The diagnosis for CD is much more clear-cut than for NCGS. One issue with NCGS is that it is not even clear exactly how it should be identified. In the large Italian study we discussed earlier, the authors used a 60-item 'yes or no' questionnaire, but ended up deciding clinically.^[2] The NCGS population reports experiencing problems with wheat or gluten ingestion, but will test negative for specific tests used to diagnose CD. In one study that attempted to identify and effectively describe NCGS, they found that there were a variety of different causative processes and varying clinical histories.^[9] They only reached NCGS diagnosis by excluding both CD and wheat allergy. They found that the most useful indicators were reports of gastrointestinal symptoms with gluten ingestion that improved while on a GFD. In addition, they found that the chances of having NCGS increased if there was a history of food allergies in infancy, atopy, or increased IgG antigliadin antibodies.

Treatments: GFD and Probiotics

As we've discussed, the first-line treatment for CD and for NCGS is a lifelong GFD. There are no prescription drugs that prevent the autoimmunity that occurs as part of these conditions when gluten is present. When followed very strictly, the intestines heal, all symptoms resolve, and other health parameters improve. For example, CD is associated with diabetes, Addison's disease, thyroid disorders, liver disorders, arthritis, and skin conditions.^[6] When it comes to autoimmune disorder, there is a body of research identifying that exposure to gluten is related to a higher prevalence. There is evidence that a GFD is protective. Because of the way the immune system functions, some have suggested that autoimmune diseases can be reverted in childhood by instituting a GFD, but not in adulthood.^[6] However, the GFD is difficult to adhere to and failure to comply can cause relapse. It is possible that some individuals are more sensitive than others. Some individuals may need to be 100% strict, while others may be able to tolerate very small amounts of gluten without experiencing symptoms or relapse.

The other therapy we touched on earlier was probiotics.
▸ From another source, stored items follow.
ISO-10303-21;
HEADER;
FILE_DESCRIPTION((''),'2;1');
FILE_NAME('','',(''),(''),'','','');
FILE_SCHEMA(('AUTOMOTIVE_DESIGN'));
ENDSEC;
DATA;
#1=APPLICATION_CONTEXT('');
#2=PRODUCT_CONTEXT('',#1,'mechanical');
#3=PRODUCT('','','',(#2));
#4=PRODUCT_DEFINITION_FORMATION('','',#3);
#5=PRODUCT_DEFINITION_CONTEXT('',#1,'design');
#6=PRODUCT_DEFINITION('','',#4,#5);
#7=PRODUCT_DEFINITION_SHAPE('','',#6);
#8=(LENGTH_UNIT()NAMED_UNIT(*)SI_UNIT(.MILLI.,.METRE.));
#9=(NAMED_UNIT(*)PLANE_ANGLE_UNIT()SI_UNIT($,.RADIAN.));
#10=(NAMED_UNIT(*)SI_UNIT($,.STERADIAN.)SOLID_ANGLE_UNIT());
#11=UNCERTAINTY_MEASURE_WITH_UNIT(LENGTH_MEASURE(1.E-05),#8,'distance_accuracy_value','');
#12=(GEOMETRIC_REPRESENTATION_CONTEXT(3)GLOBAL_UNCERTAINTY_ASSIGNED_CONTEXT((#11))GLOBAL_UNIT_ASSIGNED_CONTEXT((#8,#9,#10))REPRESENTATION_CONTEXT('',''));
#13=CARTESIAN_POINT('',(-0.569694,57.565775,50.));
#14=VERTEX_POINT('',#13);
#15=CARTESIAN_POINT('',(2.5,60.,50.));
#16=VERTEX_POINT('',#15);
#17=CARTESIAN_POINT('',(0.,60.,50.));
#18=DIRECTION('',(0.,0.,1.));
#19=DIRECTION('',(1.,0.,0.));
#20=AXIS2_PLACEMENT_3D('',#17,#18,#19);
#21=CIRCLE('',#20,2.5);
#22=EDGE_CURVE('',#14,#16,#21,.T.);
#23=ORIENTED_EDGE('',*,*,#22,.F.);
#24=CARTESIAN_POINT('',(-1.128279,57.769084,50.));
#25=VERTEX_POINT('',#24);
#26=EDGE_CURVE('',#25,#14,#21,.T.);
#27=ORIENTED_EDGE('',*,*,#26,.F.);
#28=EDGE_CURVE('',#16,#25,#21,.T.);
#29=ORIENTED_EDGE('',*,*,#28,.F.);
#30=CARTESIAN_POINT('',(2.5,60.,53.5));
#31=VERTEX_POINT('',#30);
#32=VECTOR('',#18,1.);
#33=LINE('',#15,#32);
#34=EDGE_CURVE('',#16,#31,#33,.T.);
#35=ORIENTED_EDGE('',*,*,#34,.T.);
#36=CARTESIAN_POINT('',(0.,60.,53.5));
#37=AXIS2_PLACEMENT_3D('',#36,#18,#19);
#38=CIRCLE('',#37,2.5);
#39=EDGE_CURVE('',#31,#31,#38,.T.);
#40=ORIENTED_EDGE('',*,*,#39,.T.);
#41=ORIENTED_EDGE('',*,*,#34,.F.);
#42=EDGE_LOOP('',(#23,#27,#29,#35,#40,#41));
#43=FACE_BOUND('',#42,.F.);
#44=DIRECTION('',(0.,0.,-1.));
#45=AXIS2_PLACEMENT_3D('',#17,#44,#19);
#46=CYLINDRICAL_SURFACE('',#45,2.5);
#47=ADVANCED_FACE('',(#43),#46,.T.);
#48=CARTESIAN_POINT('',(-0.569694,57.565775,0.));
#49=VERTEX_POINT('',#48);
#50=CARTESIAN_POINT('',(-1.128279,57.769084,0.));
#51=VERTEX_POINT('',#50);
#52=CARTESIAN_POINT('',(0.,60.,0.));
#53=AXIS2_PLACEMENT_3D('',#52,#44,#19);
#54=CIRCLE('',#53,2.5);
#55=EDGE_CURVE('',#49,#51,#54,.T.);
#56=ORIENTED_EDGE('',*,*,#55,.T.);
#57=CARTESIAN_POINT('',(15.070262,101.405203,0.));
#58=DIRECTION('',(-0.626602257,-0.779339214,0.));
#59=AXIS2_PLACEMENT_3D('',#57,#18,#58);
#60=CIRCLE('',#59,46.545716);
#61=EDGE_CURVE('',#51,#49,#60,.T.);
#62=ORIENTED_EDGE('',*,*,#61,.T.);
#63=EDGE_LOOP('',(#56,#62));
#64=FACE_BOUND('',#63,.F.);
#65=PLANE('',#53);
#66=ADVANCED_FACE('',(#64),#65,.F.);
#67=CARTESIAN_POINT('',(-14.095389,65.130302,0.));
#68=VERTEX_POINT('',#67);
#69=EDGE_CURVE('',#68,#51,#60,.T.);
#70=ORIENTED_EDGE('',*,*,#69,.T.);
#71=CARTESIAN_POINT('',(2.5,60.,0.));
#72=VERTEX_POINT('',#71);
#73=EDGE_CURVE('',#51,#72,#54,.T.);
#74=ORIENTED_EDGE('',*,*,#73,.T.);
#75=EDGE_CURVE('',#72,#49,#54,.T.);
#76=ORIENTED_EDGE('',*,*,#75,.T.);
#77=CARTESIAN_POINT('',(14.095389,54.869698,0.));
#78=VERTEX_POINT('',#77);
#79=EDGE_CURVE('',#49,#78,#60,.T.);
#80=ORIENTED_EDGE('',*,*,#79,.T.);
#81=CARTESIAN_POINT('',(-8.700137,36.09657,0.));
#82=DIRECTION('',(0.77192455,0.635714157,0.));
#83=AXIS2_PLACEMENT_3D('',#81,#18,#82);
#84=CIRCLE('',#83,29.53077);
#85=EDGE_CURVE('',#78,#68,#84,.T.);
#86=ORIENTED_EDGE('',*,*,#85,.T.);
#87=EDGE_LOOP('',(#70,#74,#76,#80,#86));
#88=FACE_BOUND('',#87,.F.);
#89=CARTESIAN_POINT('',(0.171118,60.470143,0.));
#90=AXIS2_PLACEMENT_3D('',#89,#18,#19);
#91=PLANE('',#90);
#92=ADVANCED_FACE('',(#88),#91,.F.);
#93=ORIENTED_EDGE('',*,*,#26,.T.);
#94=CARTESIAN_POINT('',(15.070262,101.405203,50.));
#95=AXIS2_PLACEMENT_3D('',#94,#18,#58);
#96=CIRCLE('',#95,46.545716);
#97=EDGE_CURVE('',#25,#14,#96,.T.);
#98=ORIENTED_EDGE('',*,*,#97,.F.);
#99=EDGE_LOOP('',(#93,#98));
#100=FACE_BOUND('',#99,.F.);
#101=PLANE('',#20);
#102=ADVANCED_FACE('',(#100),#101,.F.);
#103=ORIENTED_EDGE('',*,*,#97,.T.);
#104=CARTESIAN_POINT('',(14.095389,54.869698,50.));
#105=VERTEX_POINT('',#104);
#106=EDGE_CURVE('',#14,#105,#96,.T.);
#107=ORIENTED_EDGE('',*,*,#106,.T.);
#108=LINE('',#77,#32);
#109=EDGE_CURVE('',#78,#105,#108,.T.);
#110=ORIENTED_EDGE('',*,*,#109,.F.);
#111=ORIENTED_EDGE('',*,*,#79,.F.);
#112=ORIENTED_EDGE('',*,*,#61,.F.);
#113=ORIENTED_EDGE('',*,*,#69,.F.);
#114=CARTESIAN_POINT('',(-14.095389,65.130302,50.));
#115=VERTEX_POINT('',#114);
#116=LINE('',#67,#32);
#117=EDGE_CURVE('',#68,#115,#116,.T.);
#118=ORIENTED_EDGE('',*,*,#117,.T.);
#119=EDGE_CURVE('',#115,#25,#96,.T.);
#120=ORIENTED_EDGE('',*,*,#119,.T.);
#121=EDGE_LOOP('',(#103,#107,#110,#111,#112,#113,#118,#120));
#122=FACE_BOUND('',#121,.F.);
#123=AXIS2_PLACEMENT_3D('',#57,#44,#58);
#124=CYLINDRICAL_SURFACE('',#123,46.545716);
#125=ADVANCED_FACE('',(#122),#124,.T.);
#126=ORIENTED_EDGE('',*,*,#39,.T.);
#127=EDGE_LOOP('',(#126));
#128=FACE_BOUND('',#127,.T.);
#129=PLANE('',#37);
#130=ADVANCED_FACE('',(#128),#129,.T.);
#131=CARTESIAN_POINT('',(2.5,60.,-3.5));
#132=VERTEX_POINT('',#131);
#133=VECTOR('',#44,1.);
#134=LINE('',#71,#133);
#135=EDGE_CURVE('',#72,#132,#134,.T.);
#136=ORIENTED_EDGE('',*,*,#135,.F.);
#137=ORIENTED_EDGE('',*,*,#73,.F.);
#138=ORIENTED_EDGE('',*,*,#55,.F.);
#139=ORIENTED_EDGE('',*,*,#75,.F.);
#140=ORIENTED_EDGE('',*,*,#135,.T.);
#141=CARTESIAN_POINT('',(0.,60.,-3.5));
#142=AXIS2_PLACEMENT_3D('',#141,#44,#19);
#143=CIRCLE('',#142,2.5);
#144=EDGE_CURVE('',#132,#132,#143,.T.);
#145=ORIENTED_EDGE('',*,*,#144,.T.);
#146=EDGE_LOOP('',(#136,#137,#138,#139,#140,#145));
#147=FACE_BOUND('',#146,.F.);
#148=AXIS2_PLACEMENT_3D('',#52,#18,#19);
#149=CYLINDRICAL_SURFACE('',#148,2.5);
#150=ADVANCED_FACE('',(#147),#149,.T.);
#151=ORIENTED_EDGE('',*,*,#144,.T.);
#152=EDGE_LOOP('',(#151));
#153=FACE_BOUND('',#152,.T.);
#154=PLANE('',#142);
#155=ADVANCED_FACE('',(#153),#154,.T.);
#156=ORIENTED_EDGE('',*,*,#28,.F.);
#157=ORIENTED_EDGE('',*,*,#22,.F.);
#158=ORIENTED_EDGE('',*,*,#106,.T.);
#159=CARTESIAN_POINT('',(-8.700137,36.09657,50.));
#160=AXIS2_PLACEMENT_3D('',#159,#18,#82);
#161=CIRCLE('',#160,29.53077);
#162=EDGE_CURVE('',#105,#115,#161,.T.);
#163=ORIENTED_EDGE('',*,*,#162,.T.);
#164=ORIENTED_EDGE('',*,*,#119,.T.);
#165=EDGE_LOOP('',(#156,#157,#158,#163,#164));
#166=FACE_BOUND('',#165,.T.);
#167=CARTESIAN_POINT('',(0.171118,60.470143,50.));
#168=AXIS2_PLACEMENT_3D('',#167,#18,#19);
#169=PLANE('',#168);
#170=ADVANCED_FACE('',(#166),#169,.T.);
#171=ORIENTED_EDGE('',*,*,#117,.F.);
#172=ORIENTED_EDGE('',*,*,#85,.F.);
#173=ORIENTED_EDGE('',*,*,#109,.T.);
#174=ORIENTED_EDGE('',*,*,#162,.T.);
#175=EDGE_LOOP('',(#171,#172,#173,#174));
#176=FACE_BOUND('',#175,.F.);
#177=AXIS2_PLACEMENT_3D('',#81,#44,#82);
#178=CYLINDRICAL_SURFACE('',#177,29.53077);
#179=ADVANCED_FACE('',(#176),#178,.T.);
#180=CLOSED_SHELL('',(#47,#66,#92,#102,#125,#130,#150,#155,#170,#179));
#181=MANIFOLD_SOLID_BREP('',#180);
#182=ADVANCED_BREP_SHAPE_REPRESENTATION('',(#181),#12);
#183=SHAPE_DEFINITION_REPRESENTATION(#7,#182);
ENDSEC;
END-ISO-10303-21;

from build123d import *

# Parameters (mm, degrees)
PAD007_DEPTH = 50
SKETCH016_R  = 2.5
PAD008_DEPTH = 3.5
SKETCH017_R  = 2.5
PAD009_DEPTH = 3.5


with BuildPart() as part:
    # Sketch015 → Pad007 (new body)
    with BuildSketch(Plane.XY):
        with BuildLine():
            ThreePointArc((14.095389, 54.869698), (1.399981, 63.846416), (-14.095389, 65.130302))
            ThreePointArc((-14.095389, 65.130302), (-0.849311, 57.666538), (14.095389, 54.869698))
        make_face()
    extrude(amount=PAD007_DEPTH)

    # Sketch016 (on Face4 of Pad007) → Pad008 (join)
    with BuildSketch(Plane.XY.offset(50)):
        with Locations((0, 60)):
            Circle(SKETCH016_R)
    extrude(amount=PAD008_DEPTH)

    # Sketch017 (on Face3 of Pad008) → Pad009 (join)
    with BuildSketch(Plane(origin=(0, 0, 0), x_dir=(1, 0, 0), z_dir=(0, 0, -1))):
        with Locations((0, -60)):
            Circle(SKETCH017_R)
    extrude(amount=PAD009_DEPTH)


solid = part.part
Biopsies from treated celiac children have demonstrated that a GFD lasting 2 years or more can restore the intestinal microbiota completely. It is possible that certain strains of bacteria like Bifidobacterium are able to suppress and reverse proinflammatory effects and may speed up recovery rates. They may also help the immune system become more tolerant to small amounts of gluten, so that individuals who choose to initiate GFDs do not have to be extremely strict. In terms of maintaining overall health, it may be wise to also address some of the possible consequences of CD. For example, if CD patients are at greater risk for low levels of iron, it may be wise to check iron levels routinely and supplement if necessary. Similarly, it may be wise to supplement with Vitamin D and folic acid to protect against possible depletion. Overall, it may not be necessary to be overly worried about gluten. The GFD has the ability to completely reverse CD and NCGS. The spectrum of sensitivity is quite varied and since a GFD is virtually without risk, it may be worthwhile for all individuals to try it at some point to see if benefits are obtained. After all, the number of people who don't have CD or NCGS or wheat allergy, but derive benefit from GFD seems to be increasing.